Exercise: Scan the records below for the line containing "FILE_SCHEMA(('AUTOMOTIVE_DESIGN'));" and the line containing "#10=(NAMED_UNIT(*)SI_UNIT($,.STERADIAN.)SOLID_ANGLE_UNIT());". Copy both, plus every line between, exactly.

[Opening Records provided section]

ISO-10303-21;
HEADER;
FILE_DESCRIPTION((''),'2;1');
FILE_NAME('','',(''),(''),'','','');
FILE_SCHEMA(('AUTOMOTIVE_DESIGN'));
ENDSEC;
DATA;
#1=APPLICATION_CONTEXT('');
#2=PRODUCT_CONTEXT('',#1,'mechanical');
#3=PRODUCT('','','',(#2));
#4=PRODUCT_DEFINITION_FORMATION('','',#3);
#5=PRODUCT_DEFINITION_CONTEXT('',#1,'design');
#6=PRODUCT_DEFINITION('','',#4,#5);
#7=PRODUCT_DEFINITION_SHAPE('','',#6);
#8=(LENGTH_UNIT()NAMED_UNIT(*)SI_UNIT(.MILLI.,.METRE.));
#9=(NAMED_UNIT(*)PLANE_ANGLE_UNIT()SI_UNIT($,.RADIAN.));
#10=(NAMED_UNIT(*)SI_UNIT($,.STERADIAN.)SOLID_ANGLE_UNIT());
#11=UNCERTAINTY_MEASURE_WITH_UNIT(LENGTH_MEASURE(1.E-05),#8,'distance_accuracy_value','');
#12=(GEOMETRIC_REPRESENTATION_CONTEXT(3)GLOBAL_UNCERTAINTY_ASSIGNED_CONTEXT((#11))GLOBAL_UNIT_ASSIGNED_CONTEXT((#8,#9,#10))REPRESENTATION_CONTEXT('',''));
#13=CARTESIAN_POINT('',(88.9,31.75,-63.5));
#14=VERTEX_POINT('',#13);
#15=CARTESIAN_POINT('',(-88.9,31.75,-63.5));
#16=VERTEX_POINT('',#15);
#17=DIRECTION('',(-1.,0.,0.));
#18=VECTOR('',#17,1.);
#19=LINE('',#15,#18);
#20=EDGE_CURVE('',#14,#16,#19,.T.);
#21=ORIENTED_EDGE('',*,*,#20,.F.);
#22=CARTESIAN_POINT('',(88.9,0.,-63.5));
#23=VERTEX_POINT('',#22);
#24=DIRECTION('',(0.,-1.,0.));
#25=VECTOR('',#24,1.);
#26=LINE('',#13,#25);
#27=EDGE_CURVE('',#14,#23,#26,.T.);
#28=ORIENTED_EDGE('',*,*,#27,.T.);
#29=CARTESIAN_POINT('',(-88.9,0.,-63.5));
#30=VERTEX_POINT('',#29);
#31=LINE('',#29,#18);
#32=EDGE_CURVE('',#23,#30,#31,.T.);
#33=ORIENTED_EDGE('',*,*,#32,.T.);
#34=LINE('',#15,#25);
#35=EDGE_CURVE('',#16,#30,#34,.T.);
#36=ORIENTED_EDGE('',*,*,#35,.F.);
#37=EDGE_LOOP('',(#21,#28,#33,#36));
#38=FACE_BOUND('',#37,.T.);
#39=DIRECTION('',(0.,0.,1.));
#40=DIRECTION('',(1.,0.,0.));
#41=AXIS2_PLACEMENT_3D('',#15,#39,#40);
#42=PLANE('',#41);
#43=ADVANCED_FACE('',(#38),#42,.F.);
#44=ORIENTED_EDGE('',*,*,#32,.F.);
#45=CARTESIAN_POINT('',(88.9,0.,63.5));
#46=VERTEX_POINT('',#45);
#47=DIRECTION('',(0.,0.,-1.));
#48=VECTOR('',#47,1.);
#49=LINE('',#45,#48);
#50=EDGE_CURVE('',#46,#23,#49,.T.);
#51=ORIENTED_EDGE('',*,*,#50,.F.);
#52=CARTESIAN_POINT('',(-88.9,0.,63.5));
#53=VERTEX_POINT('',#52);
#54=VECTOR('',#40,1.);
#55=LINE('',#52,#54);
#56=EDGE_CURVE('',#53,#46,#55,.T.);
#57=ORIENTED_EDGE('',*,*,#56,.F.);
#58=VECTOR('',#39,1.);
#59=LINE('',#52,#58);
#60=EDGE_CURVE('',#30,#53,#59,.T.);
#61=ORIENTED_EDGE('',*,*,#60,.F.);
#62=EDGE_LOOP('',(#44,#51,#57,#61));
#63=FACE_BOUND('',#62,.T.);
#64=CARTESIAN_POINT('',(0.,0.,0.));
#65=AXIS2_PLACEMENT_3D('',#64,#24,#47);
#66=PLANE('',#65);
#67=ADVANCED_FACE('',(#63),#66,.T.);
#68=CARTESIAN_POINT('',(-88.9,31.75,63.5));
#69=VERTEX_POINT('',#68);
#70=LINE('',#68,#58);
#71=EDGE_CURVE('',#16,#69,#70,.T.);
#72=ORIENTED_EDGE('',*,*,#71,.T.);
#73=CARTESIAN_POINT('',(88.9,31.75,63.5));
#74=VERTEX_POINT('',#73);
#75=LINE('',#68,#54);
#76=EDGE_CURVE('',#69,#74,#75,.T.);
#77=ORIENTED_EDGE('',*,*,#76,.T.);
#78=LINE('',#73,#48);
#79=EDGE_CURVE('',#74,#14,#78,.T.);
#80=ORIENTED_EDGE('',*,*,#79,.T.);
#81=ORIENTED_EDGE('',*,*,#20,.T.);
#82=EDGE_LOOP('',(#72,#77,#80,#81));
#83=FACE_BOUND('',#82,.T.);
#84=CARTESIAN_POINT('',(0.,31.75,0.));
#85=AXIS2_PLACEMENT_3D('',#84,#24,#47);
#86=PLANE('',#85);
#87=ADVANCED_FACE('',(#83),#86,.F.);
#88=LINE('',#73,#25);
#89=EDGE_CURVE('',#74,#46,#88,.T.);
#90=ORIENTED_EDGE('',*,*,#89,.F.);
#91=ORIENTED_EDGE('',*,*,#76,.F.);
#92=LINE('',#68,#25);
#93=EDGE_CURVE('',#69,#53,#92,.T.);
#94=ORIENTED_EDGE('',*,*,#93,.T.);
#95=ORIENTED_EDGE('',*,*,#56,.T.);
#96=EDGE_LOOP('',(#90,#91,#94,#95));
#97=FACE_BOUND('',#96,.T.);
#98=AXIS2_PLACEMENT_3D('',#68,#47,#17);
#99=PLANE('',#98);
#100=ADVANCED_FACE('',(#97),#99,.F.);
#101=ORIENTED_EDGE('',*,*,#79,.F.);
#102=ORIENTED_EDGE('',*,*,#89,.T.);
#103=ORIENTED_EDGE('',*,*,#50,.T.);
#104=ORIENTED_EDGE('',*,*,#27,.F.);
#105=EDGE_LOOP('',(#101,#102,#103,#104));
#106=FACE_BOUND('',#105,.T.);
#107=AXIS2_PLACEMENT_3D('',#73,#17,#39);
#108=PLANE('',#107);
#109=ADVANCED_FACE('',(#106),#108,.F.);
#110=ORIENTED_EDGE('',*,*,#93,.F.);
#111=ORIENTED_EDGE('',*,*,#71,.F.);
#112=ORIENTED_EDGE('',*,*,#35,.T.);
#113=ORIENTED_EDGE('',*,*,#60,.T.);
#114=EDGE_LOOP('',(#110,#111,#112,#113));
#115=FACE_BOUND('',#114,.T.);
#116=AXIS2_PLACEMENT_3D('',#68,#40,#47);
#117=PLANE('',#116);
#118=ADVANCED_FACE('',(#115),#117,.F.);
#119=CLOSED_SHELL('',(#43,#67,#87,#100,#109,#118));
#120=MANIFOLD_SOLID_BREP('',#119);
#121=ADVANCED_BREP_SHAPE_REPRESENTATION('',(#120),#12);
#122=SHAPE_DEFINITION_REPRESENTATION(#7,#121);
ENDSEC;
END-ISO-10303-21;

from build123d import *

# Parameters (mm, degrees)
SKETCH1_W           = 177.8
SKETCH1_H           = 127
BOSS_EXTRUDE1_DEPTH = 31.75


with BuildPart() as part:
    # Sketch1 → Boss-Extrude1 (new body)
    with BuildSketch(Plane(origin=(0, 0, 0), x_dir=(1, 0, 0), z_dir=(0, 1, 0))):
        Rectangle(SKETCH1_W, SKETCH1_H)
    extrude(amount=BOSS_EXTRUDE1_DEPTH)


solid = part.part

[Closing Records provided section]

Solution to the exercise:
FILE_SCHEMA(('AUTOMOTIVE_DESIGN'));
ENDSEC;
DATA;
#1=APPLICATION_CONTEXT('');
#2=PRODUCT_CONTEXT('',#1,'mechanical');
#3=PRODUCT('','','',(#2));
#4=PRODUCT_DEFINITION_FORMATION('','',#3);
#5=PRODUCT_DEFINITION_CONTEXT('',#1,'design');
#6=PRODUCT_DEFINITION('','',#4,#5);
#7=PRODUCT_DEFINITION_SHAPE('','',#6);
#8=(LENGTH_UNIT()NAMED_UNIT(*)SI_UNIT(.MILLI.,.METRE.));
#9=(NAMED_UNIT(*)PLANE_ANGLE_UNIT()SI_UNIT($,.RADIAN.));
#10=(NAMED_UNIT(*)SI_UNIT($,.STERADIAN.)SOLID_ANGLE_UNIT());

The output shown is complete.